The past few years have seen a slow, incremental evolution in my spiritual walk – so slow and so incremental, in fact, that I didn’t realize it was happening until it had already happened.
Three or four years ago, I asked God to really start working on me. I was unsatisfied with where I was at spiritually. I felt burnt-out. At the time, I longed to go back to a time that felt far richer in that vein: college. Life then had been replete with ministry opportunities and rich fellowship. I had been really involved and engaged in a bunch of different Bible studies and activities, had been a visible campus Christian leader, had a sense of mission. And so when I prayed for God to start working on me, I had this assumption that He’d take me back there: to this time of high engagement and productivity.
That’s not what happened.
The doors of ministry and opportunity did not fly open. The college era did not return in force. Ministries that we’d been engaged in ended one by one, for a variety of reasons. My husband and I even ended up switching churches during this time, overwhelmed by the sense that we didn’t belong in the congregation we’d attended for years.

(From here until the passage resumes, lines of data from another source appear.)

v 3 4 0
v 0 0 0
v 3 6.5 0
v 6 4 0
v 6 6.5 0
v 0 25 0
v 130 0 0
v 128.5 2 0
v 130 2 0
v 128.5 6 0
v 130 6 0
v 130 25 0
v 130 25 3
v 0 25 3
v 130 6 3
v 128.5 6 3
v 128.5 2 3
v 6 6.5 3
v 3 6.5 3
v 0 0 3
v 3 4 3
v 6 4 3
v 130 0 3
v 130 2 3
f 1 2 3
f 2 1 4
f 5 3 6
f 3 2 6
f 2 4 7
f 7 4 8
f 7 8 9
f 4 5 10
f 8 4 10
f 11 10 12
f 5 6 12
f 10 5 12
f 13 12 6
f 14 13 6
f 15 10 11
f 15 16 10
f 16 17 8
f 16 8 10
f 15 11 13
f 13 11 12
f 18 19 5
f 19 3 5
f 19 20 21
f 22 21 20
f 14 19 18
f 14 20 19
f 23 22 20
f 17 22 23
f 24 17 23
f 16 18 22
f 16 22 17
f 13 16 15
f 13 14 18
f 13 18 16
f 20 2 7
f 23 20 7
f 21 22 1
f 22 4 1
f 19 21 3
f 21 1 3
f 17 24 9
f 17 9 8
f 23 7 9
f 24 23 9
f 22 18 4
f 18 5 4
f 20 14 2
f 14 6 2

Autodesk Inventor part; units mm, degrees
ref_plane "YZ Plane" through (0, 0, 0) normal (1, 0, 0) x (0, 1, 0)
ref_plane "XZ Plane" through (0, 0, 0) normal (0, 1, 0) x (-1, 0, 0)
ref_plane "XY Plane" through (0, 0, 0) normal (0, 0, 1) x (1, 0, 0)
sketch "Sketch1" plane through (0, 0, 0) normal (0, 0, 1) x (1, 0, 0)
  line L0 (0, 0) -> (130, 0)
  line L1 (130, 0) -> (130, 25)
  line L2 (130, 25) -> (0, 25)
  line L3 (0, 25) -> (0, 0)
  line L4 (3, 6.5) -> (6, 6.5)
  line L5 (6, 6.5) -> (6, 4)
  line L6 (6, 4) -> (3, 4)
  line L7 (3, 4) -> (3, 6.5)
  dimension "d0" = 130
  dimension "d1" = 25
  dimension "d2" = 3
  dimension "d3" = 2.5
  dimension "d4" = 3
  dimension "d5" = 4
extrude "Extrusion1" add sketch "Sketch1" along normal blind 3
sketch "Sketch2" plane through (0, 0, 3) normal (0, 0, 1) x (1, 0, 0)
  line L0 (130, 0) -> (130, 25) projected
  line L1 (130, 2) -> (128.5, 2)
  line L2 (128.5, 2) -> (128.5, 6)
  line L3 (128.5, 6) -> (130, 6)
  line L4 (130, 6) -> (130, 2)
  line L5 (0, 0) -> (130, 0) projected
  dimension "d8" = 1.5
  dimension "d9" = 4
  dimension "d10" = 2
extrude "Extrusion2" cut sketch "Sketch2" against normal through all
properties part number "door"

But other things were changing, mostly inside me – so subtly that I didn’t put two and two together. At first, it seemed like a bunch of random events. I’ll share a few:
- I grew irritated with and convicted by the amount of time I frittered away on the Internet and mindless activities and cut those down.

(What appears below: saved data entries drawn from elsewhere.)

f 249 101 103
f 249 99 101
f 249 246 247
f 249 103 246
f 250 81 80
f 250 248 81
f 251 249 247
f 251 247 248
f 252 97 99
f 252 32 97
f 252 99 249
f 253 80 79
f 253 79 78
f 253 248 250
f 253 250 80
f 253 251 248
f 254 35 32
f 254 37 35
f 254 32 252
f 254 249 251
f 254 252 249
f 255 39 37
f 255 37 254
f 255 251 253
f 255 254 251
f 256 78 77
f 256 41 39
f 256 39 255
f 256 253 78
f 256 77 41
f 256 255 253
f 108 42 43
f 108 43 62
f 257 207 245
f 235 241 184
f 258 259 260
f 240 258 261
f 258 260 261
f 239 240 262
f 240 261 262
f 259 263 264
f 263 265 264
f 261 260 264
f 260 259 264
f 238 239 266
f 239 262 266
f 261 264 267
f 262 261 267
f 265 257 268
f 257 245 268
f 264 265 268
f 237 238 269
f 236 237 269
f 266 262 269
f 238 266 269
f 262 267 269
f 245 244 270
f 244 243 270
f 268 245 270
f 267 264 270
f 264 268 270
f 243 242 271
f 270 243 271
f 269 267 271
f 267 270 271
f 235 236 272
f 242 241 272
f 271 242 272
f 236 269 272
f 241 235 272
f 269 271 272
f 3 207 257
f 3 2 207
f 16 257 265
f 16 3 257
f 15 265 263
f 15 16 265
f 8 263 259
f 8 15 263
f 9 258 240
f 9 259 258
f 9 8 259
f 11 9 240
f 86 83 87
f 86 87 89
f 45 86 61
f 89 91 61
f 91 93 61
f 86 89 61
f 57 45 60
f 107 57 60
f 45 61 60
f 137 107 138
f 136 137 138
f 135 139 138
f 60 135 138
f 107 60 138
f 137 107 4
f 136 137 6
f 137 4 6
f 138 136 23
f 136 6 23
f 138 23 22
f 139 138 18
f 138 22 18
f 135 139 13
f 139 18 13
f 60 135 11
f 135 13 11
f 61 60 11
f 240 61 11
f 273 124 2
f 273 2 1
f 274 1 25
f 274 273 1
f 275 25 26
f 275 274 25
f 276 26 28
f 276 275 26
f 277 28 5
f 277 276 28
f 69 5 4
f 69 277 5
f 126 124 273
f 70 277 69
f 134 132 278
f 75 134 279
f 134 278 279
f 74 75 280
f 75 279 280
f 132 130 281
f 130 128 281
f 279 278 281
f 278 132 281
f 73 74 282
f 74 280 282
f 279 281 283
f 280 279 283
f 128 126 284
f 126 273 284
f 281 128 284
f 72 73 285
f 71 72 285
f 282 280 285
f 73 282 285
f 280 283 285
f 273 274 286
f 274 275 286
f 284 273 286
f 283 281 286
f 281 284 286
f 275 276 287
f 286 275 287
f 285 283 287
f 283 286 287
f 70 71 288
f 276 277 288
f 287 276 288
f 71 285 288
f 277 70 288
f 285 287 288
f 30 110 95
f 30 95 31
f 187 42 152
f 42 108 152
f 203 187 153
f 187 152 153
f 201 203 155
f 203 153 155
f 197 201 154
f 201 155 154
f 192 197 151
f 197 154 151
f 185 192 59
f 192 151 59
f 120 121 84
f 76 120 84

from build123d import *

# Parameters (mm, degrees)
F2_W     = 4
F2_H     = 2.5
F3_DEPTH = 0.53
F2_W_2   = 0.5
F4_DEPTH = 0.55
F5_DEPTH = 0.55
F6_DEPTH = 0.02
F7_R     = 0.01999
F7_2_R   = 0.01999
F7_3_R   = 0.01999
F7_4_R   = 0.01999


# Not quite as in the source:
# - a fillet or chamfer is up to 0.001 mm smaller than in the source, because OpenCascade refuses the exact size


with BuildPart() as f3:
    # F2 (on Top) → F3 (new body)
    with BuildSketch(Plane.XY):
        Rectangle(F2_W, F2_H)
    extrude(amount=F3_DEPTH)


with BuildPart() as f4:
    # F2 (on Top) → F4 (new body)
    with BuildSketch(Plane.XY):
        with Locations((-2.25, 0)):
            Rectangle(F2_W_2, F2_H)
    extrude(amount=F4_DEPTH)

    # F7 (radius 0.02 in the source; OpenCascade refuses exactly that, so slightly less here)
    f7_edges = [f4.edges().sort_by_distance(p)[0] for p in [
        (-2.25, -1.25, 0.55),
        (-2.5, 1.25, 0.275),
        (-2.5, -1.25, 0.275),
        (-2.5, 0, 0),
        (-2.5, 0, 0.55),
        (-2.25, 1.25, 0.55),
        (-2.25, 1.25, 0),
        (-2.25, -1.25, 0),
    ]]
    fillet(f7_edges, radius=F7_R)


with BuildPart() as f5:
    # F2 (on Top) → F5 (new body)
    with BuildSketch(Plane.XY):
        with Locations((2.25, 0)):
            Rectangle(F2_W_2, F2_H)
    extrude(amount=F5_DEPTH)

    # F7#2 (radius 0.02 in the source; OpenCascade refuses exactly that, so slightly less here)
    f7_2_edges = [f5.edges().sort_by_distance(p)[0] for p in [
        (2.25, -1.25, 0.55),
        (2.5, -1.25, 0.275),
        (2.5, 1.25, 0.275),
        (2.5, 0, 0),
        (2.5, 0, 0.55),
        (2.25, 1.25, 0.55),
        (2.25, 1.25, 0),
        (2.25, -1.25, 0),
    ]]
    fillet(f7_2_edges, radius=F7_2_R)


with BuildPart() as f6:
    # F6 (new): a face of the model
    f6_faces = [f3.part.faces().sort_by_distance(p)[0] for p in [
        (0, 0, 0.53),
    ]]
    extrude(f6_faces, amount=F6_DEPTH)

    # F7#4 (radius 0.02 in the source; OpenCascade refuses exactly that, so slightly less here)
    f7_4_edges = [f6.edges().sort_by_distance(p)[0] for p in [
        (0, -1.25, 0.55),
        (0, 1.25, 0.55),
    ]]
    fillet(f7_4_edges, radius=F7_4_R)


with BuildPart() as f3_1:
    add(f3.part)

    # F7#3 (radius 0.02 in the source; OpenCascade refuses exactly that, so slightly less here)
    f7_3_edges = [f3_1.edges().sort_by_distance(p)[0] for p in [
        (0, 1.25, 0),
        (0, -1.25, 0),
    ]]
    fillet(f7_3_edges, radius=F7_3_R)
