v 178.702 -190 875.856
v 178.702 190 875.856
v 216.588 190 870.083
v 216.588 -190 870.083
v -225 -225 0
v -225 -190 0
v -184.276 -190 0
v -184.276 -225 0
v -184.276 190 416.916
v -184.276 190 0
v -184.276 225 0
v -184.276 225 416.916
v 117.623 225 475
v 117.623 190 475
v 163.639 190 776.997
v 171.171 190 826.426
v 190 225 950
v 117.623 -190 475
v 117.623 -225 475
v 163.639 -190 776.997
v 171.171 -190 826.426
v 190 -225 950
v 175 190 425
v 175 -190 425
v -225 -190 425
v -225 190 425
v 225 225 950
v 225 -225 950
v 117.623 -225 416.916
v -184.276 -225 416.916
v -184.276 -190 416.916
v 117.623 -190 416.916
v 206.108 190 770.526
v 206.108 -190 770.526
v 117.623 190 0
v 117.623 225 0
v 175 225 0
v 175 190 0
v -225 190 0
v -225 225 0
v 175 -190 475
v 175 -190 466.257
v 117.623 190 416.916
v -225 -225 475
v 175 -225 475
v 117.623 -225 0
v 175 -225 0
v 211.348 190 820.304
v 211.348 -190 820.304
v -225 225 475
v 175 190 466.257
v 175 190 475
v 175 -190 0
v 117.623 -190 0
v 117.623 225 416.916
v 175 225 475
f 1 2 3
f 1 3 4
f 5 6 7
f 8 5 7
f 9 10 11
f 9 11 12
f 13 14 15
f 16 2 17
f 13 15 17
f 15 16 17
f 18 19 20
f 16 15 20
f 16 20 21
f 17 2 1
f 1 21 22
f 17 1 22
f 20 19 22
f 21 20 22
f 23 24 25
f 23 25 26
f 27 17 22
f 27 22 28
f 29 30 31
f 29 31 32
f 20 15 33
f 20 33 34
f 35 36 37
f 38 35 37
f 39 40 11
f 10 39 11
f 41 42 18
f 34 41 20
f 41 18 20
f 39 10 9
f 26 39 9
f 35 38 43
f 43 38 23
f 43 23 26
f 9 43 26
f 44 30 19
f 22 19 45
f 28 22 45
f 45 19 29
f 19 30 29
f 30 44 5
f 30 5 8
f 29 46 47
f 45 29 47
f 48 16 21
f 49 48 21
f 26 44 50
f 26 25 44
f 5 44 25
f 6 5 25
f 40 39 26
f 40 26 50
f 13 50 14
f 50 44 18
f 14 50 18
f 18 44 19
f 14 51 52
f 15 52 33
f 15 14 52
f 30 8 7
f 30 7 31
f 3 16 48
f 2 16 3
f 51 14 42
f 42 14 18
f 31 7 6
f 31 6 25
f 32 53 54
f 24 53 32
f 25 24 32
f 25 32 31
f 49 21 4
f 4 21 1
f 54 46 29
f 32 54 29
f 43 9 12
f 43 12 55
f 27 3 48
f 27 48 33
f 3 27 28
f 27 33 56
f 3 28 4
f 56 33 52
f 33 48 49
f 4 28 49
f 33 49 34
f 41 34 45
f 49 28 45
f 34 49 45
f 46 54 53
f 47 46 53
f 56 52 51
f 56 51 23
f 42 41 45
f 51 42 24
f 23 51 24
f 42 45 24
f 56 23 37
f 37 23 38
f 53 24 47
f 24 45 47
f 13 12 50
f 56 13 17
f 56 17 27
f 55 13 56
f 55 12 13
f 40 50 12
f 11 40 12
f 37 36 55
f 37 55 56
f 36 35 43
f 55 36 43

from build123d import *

# Parameters (mm, degrees)
F0_W     = 450
F0_H     = 450
F1_DEPTH = 950
F2_W     = 50
F2_H     = 58.0840170383
F2_H_2   = 416.9159829617
F2_W_2   = 301.8988892436
F3_DEPTH = 450.001
F4_W     = 380
F4_H     = 425
F5_DEPTH = 400.001
F6_W     = 380
F6_H     = 50
F6_H_2   = 305.4825048688
F7_DEPTH = 177.7040327035


with BuildPart() as f1:
    # F0 (on Top) → F1 (new body)
    with BuildSketch(Plane.XY):
        Rectangle(F0_W, F0_H)
    extrude(amount=F1_DEPTH)

    # F2 (on face) → F3 (cut, through all)
    with BuildSketch(Plane.XZ.offset(225)):
        with Locations((200, 445.9579914808)):
            Rectangle(F2_W, F2_H)
        Polygon((-225, 475), (117.622949183, 475), (190, 950), (-225, 950), align=None)
        Polygon((175, 475), (225, 475), (225, 950), align=None)
        with Locations((200, 208.4579914808)):
            Rectangle(F2_W, F2_H_2)
        with Locations((-33.3264954388, 208.4579914808)):
            Rectangle(F2_W_2, F2_H_2)
    extrude(amount=-F3_DEPTH, mode=Mode.SUBTRACT)

    # F4 (on face) → F5 (cut, through all)
    with BuildSketch(Plane.YZ.offset(175)):
        with Locations((0, 212.5)):
            Rectangle(F4_W, F4_H)
    extrude(amount=-F5_DEPTH, mode=Mode.SUBTRACT)

    # F6 (on face) → F7 (cut, through all)
    with BuildSketch(Plane(origin=(44.2192403008, 0, -6.7378067418), x_dir=(0, -1, 0), z_dir=(-0.9885895848, 0, 0.1506341024))):
        with Locations((0, 867.780585023)):
            Rectangle(F6_W, F6_H)
        with Locations((0, 640.0393325886)):
            Rectangle(F6_W, F6_H_2)
    extrude(amount=-F7_DEPTH, mode=Mode.SUBTRACT)


solid = f1.part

- I started getting outside more.
- With all this new time on my hand, I returned to old and new beloved interests: crafting, reading, writing, photography.
- The interests became a ministry outlet. I started writing Bible studies and books, working on ministering to others through photography, and crafting small things to give to people.
- The joy and happiness I felt from all of the aforementioned things, plus the sense of more uncluttered time in my life, meant that I became aware of my tendency to resent or grow frustrated with the small acts of service that my life requires: making a bed, correcting a comma splice for the 3,745th time. I started reworking those things into a sort of “daily liturgy” of work for God.
Again, the important point is that I didn’t realize these things were lining up in this particular way, or that God was using them to slowly reshape my attitude and my character in delicate increments. And yet from my current perspective, I can see the arc of how He was drawing all these seemingly unrelated things together to shape me, all in answer to a prayer request ages ago.
I think that, as believers, it’s easy for us to misinterpret the potter metaphor. We tend to think of God just hammering away at that clay, or really getting in there up to His elbows to mold and remold and change things. And sometimes He does. But pottery and sculpture can also be delicate work: a nudge here, a slight shift there. The end product is refined in a way that isn’t always easy to detect, but that is also a sign of master craftsmanship.
I’m thankful for that. Because I have been growing, and I’d not noticed it because I had my eyes peeled for something bigger, better, more obvious. Odds are, you’re growing too even if you don’t feel like it – and probably in ways you don’t expect. Think back to where you were three or four years ago, and what’s changed, and you might stumble on answers that surprise you.
God’s work can be subtle, and no less profound for all that.